Exercise instructions - Lines from the entries below that hold "origin" form the answer; copy all of them.

[Opening Exercise material section]

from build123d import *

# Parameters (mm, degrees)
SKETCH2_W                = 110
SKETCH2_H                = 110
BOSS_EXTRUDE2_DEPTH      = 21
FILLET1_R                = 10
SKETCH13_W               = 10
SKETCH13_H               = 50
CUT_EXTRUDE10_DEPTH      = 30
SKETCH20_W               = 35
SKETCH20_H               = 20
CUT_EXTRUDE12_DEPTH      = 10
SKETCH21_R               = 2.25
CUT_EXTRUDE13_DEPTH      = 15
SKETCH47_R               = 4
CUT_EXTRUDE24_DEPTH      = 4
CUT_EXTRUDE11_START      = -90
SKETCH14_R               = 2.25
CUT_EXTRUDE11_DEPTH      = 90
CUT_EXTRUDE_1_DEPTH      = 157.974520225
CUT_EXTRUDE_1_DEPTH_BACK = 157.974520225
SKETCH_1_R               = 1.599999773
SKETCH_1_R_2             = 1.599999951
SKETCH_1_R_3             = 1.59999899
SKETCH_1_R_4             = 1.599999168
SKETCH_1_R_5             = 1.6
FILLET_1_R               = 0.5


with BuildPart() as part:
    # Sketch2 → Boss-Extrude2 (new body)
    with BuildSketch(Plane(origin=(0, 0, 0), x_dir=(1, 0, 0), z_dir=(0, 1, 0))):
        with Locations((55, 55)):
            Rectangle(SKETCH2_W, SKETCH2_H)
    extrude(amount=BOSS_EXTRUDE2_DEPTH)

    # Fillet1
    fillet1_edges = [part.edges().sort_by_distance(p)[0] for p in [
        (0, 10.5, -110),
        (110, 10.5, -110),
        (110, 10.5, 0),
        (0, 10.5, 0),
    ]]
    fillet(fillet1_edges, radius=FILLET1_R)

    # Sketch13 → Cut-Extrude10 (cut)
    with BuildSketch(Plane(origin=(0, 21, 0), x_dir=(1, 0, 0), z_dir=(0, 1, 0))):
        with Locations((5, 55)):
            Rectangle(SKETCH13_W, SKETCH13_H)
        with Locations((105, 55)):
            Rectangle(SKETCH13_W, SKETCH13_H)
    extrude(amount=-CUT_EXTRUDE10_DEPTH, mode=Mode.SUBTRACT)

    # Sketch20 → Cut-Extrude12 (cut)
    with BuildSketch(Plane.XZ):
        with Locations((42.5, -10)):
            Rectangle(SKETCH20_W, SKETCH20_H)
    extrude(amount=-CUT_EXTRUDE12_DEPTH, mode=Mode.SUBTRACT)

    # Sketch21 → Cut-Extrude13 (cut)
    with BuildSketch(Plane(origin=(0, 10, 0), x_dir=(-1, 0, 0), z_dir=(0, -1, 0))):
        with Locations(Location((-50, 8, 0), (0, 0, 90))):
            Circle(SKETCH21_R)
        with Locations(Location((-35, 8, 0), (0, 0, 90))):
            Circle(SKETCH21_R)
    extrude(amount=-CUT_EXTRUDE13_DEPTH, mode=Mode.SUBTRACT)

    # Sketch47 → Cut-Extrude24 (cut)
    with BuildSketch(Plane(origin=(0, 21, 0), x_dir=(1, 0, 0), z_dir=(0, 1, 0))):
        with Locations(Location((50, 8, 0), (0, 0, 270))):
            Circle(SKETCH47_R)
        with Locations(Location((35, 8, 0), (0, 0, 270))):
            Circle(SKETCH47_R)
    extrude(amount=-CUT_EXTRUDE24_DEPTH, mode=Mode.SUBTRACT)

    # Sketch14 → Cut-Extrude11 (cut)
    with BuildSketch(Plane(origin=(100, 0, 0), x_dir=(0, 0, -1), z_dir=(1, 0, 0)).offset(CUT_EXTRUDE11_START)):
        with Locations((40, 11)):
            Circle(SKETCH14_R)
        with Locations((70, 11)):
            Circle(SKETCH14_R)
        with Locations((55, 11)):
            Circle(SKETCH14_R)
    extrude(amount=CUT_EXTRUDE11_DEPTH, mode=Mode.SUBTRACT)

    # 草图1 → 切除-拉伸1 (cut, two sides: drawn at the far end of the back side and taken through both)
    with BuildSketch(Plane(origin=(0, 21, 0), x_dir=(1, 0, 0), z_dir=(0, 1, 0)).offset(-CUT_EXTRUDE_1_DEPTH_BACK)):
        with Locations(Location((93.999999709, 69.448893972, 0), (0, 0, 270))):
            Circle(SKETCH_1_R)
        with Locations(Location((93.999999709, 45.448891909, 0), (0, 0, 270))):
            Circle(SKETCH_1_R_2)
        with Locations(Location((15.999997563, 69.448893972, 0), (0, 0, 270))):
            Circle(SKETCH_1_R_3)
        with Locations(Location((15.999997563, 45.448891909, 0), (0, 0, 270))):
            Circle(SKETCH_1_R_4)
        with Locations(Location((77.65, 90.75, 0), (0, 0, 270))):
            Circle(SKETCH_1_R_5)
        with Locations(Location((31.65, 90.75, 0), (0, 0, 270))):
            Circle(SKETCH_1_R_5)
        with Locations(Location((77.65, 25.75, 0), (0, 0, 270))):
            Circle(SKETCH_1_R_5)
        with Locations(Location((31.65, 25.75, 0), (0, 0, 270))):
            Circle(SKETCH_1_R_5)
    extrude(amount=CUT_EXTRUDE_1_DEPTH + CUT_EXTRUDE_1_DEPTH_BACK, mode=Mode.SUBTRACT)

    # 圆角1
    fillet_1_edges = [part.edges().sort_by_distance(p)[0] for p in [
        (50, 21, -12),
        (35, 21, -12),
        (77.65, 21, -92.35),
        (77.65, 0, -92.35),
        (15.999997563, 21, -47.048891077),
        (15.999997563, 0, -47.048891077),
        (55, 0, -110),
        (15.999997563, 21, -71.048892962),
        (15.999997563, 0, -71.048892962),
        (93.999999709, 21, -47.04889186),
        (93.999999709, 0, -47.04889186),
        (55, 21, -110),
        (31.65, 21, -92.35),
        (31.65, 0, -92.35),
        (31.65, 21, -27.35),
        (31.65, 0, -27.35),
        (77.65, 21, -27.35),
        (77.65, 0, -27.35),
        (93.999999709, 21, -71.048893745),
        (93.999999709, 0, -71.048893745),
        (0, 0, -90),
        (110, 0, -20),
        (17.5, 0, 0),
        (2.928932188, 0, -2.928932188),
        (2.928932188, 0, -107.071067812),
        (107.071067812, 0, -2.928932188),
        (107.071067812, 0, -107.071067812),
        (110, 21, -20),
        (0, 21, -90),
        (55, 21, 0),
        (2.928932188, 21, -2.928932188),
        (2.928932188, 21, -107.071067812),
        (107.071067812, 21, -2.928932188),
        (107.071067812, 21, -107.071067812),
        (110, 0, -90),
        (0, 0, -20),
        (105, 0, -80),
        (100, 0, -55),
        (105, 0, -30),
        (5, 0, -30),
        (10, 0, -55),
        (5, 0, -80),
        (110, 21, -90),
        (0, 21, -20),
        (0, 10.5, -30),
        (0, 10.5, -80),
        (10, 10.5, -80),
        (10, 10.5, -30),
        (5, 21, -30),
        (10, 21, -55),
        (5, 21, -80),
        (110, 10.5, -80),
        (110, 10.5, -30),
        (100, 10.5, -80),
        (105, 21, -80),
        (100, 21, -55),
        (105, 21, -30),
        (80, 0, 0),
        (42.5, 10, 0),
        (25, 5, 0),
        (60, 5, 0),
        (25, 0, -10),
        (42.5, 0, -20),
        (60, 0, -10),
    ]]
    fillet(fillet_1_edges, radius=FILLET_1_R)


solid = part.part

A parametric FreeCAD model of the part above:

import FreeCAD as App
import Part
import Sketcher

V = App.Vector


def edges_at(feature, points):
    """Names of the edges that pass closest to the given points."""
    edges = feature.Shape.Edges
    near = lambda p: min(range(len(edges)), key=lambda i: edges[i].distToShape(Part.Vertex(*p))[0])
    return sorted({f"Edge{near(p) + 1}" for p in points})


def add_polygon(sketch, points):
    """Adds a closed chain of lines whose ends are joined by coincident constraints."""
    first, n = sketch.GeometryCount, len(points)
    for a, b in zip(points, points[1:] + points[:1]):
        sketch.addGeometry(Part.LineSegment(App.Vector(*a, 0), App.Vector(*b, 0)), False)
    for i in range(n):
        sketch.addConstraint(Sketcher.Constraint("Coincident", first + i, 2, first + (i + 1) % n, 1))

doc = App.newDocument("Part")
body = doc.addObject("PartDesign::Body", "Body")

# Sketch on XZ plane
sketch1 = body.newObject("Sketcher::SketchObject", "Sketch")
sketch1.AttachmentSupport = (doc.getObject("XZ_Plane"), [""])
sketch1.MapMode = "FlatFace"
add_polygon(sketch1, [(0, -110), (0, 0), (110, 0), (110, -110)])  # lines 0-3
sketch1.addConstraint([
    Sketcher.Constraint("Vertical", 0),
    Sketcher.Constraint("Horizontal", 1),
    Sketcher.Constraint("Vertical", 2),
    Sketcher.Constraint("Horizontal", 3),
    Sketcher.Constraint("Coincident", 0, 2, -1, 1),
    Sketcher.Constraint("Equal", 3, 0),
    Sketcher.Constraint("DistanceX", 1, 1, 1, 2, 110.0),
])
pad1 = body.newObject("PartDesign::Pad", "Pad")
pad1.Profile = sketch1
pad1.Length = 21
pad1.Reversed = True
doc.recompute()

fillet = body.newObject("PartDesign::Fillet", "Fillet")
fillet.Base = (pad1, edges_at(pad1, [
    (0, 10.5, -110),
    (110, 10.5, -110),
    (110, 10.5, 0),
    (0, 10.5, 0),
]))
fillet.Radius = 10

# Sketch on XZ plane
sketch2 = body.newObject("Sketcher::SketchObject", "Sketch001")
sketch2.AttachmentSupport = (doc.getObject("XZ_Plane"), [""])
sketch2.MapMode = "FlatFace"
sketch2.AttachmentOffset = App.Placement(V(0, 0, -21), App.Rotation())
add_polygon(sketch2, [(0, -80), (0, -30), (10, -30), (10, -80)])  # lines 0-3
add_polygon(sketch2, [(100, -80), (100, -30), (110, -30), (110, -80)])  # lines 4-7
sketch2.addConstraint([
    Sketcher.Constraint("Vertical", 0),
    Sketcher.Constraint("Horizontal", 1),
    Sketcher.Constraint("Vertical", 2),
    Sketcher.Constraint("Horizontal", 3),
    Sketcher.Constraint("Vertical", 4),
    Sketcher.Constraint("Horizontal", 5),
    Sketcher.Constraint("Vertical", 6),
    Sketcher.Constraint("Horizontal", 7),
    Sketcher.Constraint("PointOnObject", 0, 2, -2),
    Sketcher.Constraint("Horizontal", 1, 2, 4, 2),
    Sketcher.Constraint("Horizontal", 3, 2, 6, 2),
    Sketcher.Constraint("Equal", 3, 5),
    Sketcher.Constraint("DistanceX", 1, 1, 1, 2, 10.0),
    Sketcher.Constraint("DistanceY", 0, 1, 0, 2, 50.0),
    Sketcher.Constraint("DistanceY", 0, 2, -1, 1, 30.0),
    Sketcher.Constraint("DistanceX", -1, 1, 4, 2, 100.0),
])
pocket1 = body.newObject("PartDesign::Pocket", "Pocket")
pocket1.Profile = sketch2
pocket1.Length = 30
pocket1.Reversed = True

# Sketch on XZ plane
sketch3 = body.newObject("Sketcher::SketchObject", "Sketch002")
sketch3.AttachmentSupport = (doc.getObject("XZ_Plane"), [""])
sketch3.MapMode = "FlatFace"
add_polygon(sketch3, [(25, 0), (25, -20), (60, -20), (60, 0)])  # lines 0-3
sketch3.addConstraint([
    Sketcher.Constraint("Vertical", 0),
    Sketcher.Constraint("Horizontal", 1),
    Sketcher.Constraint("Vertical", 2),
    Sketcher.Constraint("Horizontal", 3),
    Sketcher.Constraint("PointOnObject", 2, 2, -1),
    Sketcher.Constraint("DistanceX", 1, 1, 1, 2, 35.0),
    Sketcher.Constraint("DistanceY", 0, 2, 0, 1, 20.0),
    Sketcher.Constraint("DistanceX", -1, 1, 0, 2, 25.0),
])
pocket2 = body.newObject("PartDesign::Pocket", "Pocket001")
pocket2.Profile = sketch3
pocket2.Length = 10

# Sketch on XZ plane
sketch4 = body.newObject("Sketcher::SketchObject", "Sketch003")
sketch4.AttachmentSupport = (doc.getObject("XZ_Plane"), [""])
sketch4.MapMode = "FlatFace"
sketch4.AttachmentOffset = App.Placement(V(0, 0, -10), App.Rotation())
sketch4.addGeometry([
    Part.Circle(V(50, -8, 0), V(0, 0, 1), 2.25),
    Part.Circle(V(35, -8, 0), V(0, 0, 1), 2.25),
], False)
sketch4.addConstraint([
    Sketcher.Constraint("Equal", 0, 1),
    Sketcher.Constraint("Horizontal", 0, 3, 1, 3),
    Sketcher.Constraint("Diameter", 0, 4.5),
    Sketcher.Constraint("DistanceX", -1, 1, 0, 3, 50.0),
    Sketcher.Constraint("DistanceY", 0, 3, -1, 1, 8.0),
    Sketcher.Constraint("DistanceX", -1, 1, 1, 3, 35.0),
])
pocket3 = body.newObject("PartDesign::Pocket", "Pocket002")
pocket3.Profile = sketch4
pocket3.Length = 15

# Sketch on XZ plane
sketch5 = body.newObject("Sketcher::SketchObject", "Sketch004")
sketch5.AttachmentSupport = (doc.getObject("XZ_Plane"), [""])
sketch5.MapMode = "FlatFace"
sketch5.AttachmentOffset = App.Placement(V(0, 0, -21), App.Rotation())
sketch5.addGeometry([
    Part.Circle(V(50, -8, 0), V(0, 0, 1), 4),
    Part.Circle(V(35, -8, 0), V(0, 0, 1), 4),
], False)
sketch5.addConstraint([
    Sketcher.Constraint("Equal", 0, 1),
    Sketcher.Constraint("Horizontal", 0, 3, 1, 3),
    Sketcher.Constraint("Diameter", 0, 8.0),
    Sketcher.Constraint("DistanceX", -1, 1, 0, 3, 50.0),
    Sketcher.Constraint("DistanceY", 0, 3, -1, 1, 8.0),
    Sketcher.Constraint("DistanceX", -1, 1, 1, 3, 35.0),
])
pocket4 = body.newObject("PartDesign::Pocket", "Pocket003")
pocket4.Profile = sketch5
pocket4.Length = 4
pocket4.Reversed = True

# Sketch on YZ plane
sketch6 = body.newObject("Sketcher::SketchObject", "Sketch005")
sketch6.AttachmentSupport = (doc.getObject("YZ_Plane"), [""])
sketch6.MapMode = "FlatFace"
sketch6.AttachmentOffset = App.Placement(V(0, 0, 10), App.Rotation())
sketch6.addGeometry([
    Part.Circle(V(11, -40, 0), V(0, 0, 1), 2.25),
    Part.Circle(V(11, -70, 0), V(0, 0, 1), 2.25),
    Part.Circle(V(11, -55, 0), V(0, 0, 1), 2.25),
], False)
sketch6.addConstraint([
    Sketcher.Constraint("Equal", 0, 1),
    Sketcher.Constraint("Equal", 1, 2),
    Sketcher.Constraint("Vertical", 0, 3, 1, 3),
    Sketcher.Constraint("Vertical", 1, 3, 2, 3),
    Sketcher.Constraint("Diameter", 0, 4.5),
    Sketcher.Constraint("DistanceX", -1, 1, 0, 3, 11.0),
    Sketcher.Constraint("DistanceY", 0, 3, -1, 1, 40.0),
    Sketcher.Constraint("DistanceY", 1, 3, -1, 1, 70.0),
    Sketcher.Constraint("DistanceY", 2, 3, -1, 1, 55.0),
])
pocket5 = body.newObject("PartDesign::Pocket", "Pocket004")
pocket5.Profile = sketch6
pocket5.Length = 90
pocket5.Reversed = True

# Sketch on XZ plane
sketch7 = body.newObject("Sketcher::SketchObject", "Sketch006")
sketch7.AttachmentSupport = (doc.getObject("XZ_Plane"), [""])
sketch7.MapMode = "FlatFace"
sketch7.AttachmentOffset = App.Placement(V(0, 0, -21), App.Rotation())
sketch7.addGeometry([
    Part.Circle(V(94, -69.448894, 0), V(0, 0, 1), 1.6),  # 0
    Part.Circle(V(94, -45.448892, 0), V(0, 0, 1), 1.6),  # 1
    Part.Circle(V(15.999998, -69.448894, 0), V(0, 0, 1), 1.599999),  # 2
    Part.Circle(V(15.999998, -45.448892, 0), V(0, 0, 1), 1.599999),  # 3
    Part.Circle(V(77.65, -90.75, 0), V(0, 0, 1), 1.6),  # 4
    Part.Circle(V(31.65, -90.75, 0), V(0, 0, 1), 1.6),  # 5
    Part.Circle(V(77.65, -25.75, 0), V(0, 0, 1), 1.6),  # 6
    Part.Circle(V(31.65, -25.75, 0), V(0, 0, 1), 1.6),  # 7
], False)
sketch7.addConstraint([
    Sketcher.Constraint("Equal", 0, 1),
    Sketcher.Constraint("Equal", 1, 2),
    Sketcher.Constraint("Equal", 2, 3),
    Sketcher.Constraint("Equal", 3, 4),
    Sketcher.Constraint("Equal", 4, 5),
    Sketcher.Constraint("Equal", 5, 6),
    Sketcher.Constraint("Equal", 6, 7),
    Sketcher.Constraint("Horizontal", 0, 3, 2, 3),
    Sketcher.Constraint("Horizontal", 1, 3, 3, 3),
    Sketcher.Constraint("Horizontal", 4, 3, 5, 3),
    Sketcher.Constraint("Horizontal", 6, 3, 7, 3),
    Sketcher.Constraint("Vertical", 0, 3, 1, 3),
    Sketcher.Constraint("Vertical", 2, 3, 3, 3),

[Closing Exercise material section]

Finished task -
    with BuildSketch(Plane(origin=(0, 0, 0), x_dir=(1, 0, 0), z_dir=(0, 1, 0))):
    with BuildSketch(Plane(origin=(0, 21, 0), x_dir=(1, 0, 0), z_dir=(0, 1, 0))):
    with BuildSketch(Plane(origin=(0, 10, 0), x_dir=(-1, 0, 0), z_dir=(0, -1, 0))):
    with BuildSketch(Plane(origin=(0, 21, 0), x_dir=(1, 0, 0), z_dir=(0, 1, 0))):
    with BuildSketch(Plane(origin=(100, 0, 0), x_dir=(0, 0, -1), z_dir=(1, 0, 0)).offset(CUT_EXTRUDE11_START)):
    with BuildSketch(Plane(origin=(0, 21, 0), x_dir=(1, 0, 0), z_dir=(0, 1, 0)).offset(-CUT_EXTRUDE_1_DEPTH_BACK)):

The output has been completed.